Каэтани надменно отвернулся, придвинул к себе тарелку с десертом, зачерпнул полную ложку тирамису и сильно ткнул ей себе в левый глаз.
Я чуть заметно приподнял бровь, вздохнул, поднялся со своего места, собрал на поднос пустые тарелки и пластиковые приборы и отошел от стола. Надеюсь, он не ослепнет на этот глаз. А что еще мне оставалось делать?
Говоря научным языком, я представляю собой этиологическое искажение. Другими словами, во мне есть нечто, не согласующееся с причиной и следствием. Я независимый сгусток невероятности. Если вам угодно, можете назвать меня колдуном или чокнутым, это намного проще выговорить. Но если я услышу, есть вероятность, что вы в темноте споткнетесь о детский велосипед или наткнетесь на открывающуюся дверь и что-то себе сломаете. Не то чтобы я обращал внимание на подобные выпады, но вот мое подсознание… Ничего не могу с этим поделать, так что извините.
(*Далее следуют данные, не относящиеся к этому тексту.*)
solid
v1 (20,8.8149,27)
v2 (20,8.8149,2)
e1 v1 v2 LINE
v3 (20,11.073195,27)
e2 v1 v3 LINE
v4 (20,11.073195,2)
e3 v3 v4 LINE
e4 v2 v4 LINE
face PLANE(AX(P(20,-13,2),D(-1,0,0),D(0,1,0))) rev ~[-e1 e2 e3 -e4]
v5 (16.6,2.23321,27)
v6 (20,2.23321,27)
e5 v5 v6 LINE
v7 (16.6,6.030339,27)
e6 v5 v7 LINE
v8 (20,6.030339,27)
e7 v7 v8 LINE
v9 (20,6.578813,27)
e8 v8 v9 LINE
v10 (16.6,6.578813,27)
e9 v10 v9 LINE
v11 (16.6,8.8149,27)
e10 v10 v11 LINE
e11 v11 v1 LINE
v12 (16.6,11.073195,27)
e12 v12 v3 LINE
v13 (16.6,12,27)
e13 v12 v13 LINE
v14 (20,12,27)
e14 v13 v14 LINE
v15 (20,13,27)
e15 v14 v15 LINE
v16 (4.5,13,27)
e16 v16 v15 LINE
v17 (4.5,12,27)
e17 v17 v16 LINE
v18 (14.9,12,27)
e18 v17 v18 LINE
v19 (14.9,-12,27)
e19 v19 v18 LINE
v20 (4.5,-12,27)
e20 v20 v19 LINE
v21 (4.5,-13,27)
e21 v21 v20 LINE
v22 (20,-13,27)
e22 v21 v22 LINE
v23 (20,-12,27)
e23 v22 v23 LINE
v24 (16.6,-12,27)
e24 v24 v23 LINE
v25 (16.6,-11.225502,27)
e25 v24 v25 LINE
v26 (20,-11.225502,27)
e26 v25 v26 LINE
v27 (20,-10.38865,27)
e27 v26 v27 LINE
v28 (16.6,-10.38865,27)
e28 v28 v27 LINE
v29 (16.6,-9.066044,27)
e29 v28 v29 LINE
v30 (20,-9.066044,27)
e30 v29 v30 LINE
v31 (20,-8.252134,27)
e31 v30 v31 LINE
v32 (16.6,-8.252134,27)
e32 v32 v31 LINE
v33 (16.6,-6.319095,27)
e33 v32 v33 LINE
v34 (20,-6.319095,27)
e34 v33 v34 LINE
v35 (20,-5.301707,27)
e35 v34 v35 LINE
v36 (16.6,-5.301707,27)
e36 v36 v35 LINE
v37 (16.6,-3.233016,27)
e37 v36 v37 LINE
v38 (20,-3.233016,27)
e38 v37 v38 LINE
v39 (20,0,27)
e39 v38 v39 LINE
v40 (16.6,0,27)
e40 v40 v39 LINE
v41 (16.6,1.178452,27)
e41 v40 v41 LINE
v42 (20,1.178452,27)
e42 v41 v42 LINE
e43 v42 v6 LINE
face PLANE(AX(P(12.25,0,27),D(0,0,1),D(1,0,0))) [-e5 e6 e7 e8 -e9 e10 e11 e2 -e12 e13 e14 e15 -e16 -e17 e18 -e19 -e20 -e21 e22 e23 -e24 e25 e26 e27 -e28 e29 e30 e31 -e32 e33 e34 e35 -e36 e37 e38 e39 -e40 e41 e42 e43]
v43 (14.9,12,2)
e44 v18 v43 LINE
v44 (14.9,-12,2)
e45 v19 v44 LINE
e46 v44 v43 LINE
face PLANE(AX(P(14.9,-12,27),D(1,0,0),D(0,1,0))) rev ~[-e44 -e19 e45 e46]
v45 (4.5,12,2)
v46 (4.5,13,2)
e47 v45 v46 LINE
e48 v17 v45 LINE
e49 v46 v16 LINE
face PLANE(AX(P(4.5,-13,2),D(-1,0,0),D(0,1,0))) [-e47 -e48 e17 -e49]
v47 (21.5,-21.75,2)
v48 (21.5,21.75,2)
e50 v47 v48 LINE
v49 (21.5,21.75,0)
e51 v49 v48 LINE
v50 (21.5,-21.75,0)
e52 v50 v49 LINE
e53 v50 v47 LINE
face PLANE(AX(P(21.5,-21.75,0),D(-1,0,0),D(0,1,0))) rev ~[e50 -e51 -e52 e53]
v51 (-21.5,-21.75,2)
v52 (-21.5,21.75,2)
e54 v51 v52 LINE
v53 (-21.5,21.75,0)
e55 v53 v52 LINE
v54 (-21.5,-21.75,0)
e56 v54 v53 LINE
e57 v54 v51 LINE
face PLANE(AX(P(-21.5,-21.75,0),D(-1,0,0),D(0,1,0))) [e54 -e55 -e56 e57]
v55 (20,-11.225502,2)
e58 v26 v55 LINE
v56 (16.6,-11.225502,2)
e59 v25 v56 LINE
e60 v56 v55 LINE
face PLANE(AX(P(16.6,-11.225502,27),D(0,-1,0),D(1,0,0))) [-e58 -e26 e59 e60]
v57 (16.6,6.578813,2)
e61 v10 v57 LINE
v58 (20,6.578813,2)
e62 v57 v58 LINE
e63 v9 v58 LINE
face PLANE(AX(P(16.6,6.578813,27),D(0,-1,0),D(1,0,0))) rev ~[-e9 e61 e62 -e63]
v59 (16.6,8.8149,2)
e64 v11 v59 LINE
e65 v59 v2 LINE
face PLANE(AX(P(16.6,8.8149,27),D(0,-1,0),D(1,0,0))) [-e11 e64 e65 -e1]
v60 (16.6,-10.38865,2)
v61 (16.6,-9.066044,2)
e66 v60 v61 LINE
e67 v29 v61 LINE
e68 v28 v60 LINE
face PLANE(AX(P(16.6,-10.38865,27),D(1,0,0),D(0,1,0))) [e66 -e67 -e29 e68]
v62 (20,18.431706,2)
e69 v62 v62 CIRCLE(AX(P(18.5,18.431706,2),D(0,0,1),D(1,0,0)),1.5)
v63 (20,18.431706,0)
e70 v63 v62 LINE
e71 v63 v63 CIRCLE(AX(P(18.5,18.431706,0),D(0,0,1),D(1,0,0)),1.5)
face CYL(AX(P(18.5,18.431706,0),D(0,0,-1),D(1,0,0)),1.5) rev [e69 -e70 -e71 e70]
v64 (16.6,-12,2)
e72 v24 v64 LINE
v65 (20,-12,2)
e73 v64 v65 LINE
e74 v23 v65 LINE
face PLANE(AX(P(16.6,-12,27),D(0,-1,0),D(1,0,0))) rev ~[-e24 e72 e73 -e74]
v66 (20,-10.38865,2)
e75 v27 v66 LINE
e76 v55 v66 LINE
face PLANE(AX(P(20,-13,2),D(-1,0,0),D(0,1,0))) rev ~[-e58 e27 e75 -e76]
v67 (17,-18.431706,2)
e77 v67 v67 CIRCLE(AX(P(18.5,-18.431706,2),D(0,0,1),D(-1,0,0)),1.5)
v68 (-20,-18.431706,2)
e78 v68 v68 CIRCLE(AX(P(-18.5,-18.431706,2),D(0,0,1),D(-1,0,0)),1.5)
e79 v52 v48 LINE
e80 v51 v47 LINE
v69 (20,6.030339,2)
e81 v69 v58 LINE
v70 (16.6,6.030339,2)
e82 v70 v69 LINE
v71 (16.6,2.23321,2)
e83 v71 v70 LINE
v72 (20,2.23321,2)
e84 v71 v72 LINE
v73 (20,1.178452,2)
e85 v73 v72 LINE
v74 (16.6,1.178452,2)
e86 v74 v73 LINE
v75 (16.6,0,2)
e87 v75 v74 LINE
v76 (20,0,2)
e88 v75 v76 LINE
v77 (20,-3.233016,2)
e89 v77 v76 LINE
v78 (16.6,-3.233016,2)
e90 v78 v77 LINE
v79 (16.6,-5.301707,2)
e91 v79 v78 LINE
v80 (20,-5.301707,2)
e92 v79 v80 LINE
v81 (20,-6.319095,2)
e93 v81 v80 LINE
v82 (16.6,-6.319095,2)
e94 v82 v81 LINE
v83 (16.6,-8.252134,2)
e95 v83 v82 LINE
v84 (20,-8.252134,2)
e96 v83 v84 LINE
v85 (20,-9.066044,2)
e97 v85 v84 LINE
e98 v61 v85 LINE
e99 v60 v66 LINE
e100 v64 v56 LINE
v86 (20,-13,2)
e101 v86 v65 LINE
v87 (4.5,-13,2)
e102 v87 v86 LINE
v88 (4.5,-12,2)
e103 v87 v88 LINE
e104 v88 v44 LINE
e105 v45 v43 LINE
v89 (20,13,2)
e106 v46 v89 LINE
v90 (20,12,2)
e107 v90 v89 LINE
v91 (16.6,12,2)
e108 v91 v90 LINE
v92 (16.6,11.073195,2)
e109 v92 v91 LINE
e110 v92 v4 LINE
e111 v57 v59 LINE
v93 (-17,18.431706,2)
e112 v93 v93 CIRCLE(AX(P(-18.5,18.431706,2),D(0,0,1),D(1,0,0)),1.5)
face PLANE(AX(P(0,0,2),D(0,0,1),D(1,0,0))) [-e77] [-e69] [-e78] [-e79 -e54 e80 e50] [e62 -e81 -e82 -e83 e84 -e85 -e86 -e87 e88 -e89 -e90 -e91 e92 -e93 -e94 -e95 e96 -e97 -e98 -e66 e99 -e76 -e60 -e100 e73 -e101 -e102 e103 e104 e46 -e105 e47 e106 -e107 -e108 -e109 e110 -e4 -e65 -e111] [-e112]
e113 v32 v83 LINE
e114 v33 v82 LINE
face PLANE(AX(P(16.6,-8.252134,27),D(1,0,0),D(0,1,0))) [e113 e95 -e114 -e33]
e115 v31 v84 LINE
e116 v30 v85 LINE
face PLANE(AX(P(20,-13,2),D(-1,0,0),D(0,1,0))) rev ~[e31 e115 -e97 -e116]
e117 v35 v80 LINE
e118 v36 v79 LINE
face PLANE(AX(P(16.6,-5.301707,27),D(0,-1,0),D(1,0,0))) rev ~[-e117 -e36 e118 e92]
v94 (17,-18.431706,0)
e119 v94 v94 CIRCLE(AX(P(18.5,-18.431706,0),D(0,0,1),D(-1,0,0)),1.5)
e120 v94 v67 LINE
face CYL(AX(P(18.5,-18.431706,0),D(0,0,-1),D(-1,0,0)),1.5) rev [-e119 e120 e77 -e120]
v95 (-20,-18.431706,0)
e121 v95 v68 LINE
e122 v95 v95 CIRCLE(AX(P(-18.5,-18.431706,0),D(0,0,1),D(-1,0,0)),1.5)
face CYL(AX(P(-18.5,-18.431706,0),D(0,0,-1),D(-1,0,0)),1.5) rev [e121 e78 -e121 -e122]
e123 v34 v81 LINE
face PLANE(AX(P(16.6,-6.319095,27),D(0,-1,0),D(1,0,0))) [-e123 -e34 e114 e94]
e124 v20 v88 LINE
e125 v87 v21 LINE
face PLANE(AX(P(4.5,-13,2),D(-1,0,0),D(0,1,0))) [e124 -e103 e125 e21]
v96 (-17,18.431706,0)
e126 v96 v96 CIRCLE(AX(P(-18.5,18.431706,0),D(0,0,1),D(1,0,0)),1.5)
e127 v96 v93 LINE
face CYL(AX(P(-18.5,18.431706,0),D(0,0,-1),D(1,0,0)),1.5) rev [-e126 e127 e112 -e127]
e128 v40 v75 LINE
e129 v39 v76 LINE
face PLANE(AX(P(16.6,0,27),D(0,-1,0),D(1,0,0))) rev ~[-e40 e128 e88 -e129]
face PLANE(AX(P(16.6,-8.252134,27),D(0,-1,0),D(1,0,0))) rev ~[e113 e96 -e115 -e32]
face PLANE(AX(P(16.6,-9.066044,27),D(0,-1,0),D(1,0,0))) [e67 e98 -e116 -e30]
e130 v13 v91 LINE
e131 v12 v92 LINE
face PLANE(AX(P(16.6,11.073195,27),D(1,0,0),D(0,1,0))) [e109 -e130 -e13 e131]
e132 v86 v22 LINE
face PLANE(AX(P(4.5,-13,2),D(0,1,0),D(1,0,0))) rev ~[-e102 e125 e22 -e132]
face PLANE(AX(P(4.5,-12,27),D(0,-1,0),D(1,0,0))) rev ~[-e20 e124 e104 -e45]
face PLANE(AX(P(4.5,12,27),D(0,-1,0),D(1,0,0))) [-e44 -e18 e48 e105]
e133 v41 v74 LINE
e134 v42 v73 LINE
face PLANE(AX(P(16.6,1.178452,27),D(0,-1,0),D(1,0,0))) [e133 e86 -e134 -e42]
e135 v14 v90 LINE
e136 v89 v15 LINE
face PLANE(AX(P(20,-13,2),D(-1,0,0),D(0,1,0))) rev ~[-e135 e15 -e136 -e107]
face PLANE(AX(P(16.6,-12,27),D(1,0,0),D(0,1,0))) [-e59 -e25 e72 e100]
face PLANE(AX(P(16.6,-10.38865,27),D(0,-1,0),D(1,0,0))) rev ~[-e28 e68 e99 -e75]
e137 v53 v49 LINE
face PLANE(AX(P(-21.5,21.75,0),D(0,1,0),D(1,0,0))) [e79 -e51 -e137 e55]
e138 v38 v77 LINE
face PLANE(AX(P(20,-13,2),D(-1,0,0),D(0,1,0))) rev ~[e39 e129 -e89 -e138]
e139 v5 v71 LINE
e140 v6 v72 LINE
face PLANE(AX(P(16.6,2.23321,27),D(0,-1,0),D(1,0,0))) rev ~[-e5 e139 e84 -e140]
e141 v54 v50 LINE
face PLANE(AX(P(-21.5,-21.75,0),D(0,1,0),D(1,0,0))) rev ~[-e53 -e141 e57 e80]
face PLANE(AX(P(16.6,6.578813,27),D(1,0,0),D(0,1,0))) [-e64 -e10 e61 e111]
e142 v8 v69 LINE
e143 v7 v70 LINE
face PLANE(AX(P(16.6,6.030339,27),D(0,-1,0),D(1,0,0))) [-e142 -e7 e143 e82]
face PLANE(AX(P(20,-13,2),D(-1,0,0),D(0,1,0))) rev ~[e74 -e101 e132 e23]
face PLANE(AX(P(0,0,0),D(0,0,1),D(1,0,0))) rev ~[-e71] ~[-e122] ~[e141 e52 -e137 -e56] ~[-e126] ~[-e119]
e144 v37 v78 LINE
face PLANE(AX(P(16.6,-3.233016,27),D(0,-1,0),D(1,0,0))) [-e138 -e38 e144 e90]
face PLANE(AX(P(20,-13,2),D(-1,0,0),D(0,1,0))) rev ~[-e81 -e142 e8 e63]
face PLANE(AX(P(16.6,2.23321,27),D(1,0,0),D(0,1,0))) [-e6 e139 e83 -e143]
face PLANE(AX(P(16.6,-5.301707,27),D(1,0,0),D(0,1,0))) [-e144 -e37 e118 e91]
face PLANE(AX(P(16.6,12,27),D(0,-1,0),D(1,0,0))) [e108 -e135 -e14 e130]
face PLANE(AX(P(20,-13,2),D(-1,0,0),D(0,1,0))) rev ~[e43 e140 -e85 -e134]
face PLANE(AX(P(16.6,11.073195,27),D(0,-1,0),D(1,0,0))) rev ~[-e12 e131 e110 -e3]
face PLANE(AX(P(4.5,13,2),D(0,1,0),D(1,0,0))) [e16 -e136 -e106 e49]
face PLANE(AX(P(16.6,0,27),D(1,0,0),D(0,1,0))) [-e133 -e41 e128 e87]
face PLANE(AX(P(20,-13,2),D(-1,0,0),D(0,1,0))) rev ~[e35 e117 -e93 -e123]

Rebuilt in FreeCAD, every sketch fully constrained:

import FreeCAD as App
import Part
import Sketcher

V = App.Vector
Q = App.Units.Quantity


def add_polygon(sketch, points):
    """Adds a closed chain of lines whose ends are joined by coincident constraints."""
    first, n = sketch.GeometryCount, len(points)
    for a, b in zip(points, points[1:] + points[:1]):
        sketch.addGeometry(Part.LineSegment(App.Vector(*a, 0), App.Vector(*b, 0)), False)
    for i in range(n):
        sketch.addConstraint(Sketcher.Constraint("Coincident", first + i, 2, first + (i + 1) % n, 1))

doc = App.newDocument("Part")
body = doc.addObject("PartDesign::Body", "Body")

# Sketch on XY plane
sketch1 = body.newObject("Sketcher::SketchObject", "Sketch")
sketch1.AttachmentSupport = (doc.getObject("XY_Plane"), [""])
sketch1.MapMode = "FlatFace"
add_polygon(sketch1, [(-21.5, 21.75), (-21.5, -21.75), (21.5, -21.75), (21.5, 21.75)])  # lines 0-3
sketch1.addGeometry(Part.Circle(V(-18.5, -18.431706, 0), V(0, 0, 1), 1.5), False)  # 4
sketch1.addGeometry(Part.Circle(V(18.5, -18.431706, 0), V(0, 0, 1), 1.5), False)  # 5
sketch1.addGeometry(Part.Circle(V(-18.5, 18.431706, 0), V(0, 0, 1), 1.5), False)  # 6
sketch1.addGeometry(Part.Circle(V(18.5, 18.431706, 0), V(0, 0, 1), 1.5), False)  # 7
sketch1.addConstraint(Sketcher.Constraint("Vertical", 0))
sketch1.addConstraint(Sketcher.Constraint("Horizontal", 1))
sketch1.addConstraint(Sketcher.Constraint("Vertical", 2))
sketch1.addConstraint(Sketcher.Constraint("Horizontal", 3))
sketch1.addConstraint(Sketcher.Constraint("Equal", 4, 5))
sketch1.addConstraint(Sketcher.Constraint("Equal", 5, 6))
sketch1.addConstraint(Sketcher.Constraint("Equal", 6, 7))
sketch1.addConstraint(Sketcher.Constraint("Symmetric", 5, 3, 6, 3, -1, 1))
sketch1.addConstraint(Sketcher.Constraint("Symmetric", 4, 3, 7, 3, -1, 1))
sketch1.addConstraint(Sketcher.Constraint("Symmetric", 0, 2, 2, 2, -1, 1))
sketch1.addConstraint(Sketcher.Constraint("Symmetric", 4, 3, 5, 3, -2))
sketch1.addConstraint(Sketcher.Constraint("Diameter", 4, Q("3 mm")))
В столовой поднялся шум, кто-то вскрикнул, но я махнул рукой, лег в постель и уснул, как делал это на протяжении пяти лет, словно неприкаянная душа. Мой дар или проклятие не позволяет мне оставаться в стороне от того, что меня окружает. Печаль кружилась в водовороте снов. Сонг-Дэм и – как это часто бывало в последнее время – доносящиеся из глубины полутора прошедших столетий гулкие мрачные голоса. Они звенели в моей голове, я читал их на страницах древних книг, обнаруженных в покинутых библиотеках, где пахло гарью, и пытался обрести тишину, словно старый растолстевший пес, страдающий от невыносимой боли. Голоса звучали на английском, этот язык был мне знаком так же хорошо, как и родной. Сначала я учился ему на улицах, а затем совершенствовал в школе для одаренных детей. Я ничего не знал об авторе, лишь чувствовал, что это человек, всецело принадлежащий своему времени. Его слова нашли отклик в моей обожженной душе. Вероятно, и ему была хорошо знакома эта боль, и он пытался ее успокоить.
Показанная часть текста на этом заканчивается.